Goal of the exercise: The line containing "#169=ORIENTED_EDGE('',*,*,#102,.F.);" marks the end: quote every line from the start of the records below through it, word for word.

▽

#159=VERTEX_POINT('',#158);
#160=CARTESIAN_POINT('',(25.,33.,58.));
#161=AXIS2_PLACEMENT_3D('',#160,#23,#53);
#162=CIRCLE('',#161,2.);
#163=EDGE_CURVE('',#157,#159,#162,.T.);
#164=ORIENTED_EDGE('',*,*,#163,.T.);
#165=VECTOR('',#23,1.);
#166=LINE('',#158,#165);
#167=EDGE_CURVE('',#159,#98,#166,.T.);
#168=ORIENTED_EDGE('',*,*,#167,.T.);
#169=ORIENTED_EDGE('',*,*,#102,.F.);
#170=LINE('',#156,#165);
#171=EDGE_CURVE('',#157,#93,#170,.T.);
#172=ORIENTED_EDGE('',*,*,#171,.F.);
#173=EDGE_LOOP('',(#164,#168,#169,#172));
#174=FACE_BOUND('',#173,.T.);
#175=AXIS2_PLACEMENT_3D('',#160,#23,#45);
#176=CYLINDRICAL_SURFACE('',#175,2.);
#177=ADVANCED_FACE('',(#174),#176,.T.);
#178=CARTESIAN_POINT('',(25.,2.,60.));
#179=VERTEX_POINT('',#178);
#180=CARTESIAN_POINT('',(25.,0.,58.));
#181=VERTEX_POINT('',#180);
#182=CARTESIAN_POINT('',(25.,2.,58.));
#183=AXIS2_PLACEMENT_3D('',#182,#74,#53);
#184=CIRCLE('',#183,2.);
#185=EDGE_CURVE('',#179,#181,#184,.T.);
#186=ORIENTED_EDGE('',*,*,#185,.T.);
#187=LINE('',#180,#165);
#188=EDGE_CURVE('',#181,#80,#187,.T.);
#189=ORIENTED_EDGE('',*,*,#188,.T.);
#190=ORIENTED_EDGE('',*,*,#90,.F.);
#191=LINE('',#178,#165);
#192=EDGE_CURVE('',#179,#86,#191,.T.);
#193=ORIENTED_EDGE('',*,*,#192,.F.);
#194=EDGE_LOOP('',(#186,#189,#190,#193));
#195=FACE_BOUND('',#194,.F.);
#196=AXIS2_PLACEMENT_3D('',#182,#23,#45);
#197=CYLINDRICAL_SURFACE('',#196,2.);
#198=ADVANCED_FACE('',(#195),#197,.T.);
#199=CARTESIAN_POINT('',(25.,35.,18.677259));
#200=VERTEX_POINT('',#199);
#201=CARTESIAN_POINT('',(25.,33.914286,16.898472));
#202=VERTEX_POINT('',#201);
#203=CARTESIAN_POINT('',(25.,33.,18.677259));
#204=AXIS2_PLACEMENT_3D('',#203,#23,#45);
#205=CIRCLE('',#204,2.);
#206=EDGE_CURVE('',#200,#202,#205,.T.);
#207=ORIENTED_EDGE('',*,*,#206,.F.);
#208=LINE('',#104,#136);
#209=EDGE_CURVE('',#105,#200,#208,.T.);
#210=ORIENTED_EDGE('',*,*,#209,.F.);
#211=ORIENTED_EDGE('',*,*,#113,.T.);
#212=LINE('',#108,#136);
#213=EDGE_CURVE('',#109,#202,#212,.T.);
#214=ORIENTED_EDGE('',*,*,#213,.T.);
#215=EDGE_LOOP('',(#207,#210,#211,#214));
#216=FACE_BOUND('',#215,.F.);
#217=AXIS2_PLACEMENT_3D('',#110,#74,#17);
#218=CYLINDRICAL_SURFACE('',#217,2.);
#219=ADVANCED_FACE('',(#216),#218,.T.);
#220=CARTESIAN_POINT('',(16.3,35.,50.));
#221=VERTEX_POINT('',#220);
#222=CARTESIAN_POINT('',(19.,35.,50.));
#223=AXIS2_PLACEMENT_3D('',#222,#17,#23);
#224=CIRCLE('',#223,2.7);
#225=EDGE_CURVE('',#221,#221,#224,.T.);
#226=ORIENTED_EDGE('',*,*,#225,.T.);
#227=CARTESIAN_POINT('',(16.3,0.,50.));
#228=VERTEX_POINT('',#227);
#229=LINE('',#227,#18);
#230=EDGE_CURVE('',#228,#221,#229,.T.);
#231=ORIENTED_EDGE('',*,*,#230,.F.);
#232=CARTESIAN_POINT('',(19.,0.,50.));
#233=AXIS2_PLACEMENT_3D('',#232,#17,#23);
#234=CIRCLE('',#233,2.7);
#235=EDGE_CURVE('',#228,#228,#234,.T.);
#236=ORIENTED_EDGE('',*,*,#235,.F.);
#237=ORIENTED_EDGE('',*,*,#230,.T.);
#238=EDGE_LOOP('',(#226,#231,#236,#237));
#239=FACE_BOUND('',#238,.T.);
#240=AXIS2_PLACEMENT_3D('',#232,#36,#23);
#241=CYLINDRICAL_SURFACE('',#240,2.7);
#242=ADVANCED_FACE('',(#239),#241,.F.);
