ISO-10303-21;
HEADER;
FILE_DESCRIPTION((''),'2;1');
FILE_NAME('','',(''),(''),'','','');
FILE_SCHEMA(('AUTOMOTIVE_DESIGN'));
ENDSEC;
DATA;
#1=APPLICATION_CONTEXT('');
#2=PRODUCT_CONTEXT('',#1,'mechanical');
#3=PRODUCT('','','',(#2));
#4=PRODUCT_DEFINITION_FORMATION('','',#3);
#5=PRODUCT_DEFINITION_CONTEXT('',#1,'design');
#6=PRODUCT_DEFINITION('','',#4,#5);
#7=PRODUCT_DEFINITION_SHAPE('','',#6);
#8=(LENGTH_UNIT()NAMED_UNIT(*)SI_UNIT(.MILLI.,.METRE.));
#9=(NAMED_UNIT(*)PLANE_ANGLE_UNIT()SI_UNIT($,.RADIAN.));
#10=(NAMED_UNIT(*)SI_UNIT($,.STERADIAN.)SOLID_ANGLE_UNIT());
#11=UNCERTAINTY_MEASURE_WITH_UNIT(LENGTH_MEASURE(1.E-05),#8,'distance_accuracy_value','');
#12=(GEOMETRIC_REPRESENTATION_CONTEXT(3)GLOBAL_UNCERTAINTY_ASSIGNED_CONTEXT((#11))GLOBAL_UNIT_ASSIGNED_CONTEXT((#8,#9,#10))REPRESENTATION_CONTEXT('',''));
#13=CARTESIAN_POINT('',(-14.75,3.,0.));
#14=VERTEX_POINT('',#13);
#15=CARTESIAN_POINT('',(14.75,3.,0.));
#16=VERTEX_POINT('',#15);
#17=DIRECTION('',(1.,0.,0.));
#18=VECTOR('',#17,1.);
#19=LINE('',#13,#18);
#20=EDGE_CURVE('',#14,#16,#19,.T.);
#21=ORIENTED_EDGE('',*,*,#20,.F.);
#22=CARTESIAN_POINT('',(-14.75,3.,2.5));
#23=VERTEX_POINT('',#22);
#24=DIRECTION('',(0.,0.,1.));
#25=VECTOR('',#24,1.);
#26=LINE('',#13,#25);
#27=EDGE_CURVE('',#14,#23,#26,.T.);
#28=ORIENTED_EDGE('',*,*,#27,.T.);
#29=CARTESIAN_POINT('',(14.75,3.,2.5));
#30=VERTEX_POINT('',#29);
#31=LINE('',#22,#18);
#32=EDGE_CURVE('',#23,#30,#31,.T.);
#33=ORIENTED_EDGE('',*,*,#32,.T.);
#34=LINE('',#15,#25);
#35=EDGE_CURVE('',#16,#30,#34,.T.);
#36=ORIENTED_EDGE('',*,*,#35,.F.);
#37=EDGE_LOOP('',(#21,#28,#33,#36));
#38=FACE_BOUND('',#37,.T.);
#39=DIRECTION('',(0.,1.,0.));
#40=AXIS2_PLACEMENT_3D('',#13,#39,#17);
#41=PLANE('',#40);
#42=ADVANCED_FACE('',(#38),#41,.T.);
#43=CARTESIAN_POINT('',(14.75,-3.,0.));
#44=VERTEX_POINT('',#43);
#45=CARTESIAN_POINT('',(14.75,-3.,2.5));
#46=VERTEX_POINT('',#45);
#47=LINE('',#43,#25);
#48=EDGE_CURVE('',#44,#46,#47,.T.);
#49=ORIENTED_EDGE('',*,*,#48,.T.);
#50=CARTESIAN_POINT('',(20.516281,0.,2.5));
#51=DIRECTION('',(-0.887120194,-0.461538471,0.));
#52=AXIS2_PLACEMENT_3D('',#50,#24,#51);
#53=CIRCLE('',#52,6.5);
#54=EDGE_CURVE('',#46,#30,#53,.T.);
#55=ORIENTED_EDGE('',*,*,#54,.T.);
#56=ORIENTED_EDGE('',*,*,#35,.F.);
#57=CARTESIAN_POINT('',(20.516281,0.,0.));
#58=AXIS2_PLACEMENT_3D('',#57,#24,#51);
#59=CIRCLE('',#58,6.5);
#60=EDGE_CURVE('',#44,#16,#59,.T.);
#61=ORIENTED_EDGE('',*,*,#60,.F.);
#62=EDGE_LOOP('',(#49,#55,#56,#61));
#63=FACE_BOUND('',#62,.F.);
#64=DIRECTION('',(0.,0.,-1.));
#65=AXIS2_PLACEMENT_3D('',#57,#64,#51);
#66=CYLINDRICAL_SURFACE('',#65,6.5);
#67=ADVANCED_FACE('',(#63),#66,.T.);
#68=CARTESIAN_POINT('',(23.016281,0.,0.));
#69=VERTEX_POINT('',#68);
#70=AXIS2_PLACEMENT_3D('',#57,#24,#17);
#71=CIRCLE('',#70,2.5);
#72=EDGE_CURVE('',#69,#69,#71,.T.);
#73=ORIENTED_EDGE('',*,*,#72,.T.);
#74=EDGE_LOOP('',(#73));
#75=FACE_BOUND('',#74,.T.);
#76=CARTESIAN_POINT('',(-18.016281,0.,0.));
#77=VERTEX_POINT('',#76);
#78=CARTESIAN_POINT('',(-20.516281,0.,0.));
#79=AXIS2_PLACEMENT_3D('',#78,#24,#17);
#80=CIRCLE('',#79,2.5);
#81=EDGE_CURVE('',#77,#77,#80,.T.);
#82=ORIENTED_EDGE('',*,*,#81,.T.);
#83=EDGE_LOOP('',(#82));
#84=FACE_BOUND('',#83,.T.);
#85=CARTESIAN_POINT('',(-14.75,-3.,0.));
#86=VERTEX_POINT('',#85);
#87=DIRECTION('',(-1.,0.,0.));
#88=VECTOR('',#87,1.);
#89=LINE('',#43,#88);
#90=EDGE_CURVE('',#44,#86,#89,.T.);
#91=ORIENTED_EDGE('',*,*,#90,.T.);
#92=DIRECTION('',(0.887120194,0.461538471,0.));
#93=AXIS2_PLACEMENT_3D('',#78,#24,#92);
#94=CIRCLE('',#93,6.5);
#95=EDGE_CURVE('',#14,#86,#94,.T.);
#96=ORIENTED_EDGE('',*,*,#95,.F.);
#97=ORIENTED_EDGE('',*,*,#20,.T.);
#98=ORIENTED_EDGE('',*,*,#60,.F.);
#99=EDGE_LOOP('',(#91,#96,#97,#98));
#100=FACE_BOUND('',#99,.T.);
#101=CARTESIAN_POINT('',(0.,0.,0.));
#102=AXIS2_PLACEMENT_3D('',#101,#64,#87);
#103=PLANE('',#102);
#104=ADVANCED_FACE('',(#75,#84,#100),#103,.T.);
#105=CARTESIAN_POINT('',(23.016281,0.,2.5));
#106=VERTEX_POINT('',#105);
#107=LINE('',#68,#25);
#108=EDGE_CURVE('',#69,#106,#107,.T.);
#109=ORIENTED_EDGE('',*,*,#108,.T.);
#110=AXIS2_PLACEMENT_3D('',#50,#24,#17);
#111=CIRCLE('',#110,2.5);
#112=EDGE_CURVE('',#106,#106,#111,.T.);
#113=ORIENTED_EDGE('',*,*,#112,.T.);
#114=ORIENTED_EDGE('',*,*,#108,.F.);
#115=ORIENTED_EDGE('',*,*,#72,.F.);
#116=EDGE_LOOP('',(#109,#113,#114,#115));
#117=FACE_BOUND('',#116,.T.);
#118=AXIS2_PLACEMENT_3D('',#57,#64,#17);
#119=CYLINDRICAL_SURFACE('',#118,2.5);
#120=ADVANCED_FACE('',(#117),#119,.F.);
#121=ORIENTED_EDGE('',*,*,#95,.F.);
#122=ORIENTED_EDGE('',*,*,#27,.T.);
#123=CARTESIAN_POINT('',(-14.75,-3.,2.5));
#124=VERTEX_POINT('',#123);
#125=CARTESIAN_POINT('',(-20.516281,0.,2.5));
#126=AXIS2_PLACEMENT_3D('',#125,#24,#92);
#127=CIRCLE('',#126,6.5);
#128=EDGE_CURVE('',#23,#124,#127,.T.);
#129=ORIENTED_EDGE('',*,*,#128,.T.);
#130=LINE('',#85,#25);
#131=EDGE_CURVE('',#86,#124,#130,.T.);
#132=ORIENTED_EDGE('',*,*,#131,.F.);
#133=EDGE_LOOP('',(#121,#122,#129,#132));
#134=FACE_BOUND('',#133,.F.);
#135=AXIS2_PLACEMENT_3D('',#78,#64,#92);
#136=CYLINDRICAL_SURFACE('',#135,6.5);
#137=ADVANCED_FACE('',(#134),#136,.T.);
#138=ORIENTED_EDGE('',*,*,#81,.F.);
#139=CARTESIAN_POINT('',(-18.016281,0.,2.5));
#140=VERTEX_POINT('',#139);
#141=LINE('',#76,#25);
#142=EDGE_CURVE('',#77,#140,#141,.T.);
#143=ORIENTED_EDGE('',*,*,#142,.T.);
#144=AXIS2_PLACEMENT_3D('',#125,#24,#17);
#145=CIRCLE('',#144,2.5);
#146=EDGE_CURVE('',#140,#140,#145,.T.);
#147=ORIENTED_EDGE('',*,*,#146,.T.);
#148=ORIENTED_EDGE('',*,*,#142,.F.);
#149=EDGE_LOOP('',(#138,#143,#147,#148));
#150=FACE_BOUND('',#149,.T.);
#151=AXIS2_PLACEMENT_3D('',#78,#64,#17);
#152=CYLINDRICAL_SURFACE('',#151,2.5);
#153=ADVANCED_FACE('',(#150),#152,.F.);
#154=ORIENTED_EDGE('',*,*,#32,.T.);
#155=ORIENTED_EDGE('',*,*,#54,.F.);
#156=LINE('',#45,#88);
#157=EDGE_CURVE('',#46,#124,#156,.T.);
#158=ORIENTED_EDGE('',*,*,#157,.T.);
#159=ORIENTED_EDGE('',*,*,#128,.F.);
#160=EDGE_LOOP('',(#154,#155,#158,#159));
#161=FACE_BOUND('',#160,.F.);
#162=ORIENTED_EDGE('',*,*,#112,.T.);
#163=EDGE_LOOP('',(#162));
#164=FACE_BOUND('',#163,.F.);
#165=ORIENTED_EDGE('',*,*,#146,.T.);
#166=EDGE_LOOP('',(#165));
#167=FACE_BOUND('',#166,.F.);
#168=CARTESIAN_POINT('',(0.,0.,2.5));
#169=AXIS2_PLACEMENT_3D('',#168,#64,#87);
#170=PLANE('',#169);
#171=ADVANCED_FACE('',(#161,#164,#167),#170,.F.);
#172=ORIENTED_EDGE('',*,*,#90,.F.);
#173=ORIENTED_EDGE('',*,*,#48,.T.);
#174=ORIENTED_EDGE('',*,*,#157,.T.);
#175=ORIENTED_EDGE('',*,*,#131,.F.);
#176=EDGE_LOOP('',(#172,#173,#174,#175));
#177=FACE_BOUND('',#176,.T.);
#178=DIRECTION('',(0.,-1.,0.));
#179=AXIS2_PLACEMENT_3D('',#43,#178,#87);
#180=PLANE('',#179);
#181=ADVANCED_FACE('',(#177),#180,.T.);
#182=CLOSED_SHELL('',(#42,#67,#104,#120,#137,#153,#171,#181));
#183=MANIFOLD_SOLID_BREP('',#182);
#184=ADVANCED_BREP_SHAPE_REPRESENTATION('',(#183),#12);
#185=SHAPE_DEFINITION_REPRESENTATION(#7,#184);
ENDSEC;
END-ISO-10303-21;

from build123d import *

# Parameters (mm, degrees)
SKETCH_R  = 2.5
PAD_DEPTH = 2.5


with BuildPart() as part:
    # Sketch → Pad (new body)
    with BuildSketch(Plane.XY):
        with BuildLine():
            Line((-14.75, 3), (14.75, 3))
            ThreePointArc((14.75, -3), (27.016281, 0), (14.75, 3))
            Line((14.75, -3), (-14.75, -3))
            ThreePointArc((-14.75, 3), (-27.016281, 0), (-14.75, -3))
        make_face()
        with Locations((-20.516281, 0)):
            Circle(SKETCH_R, mode=Mode.SUBTRACT)
        with Locations((20.516281, 0)):
            Circle(SKETCH_R, mode=Mode.SUBTRACT)
    extrude(amount=PAD_DEPTH)


solid = part.part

△

Response:
#159=VERTEX_POINT('',#158);
#160=CARTESIAN_POINT('',(25.,33.,58.));
#161=AXIS2_PLACEMENT_3D('',#160,#23,#53);
#162=CIRCLE('',#161,2.);
#163=EDGE_CURVE('',#157,#159,#162,.T.);
#164=ORIENTED_EDGE('',*,*,#163,.T.);
#165=VECTOR('',#23,1.);
#166=LINE('',#158,#165);
#167=EDGE_CURVE('',#159,#98,#166,.T.);
#168=ORIENTED_EDGE('',*,*,#167,.T.);
#169=ORIENTED_EDGE('',*,*,#102,.F.);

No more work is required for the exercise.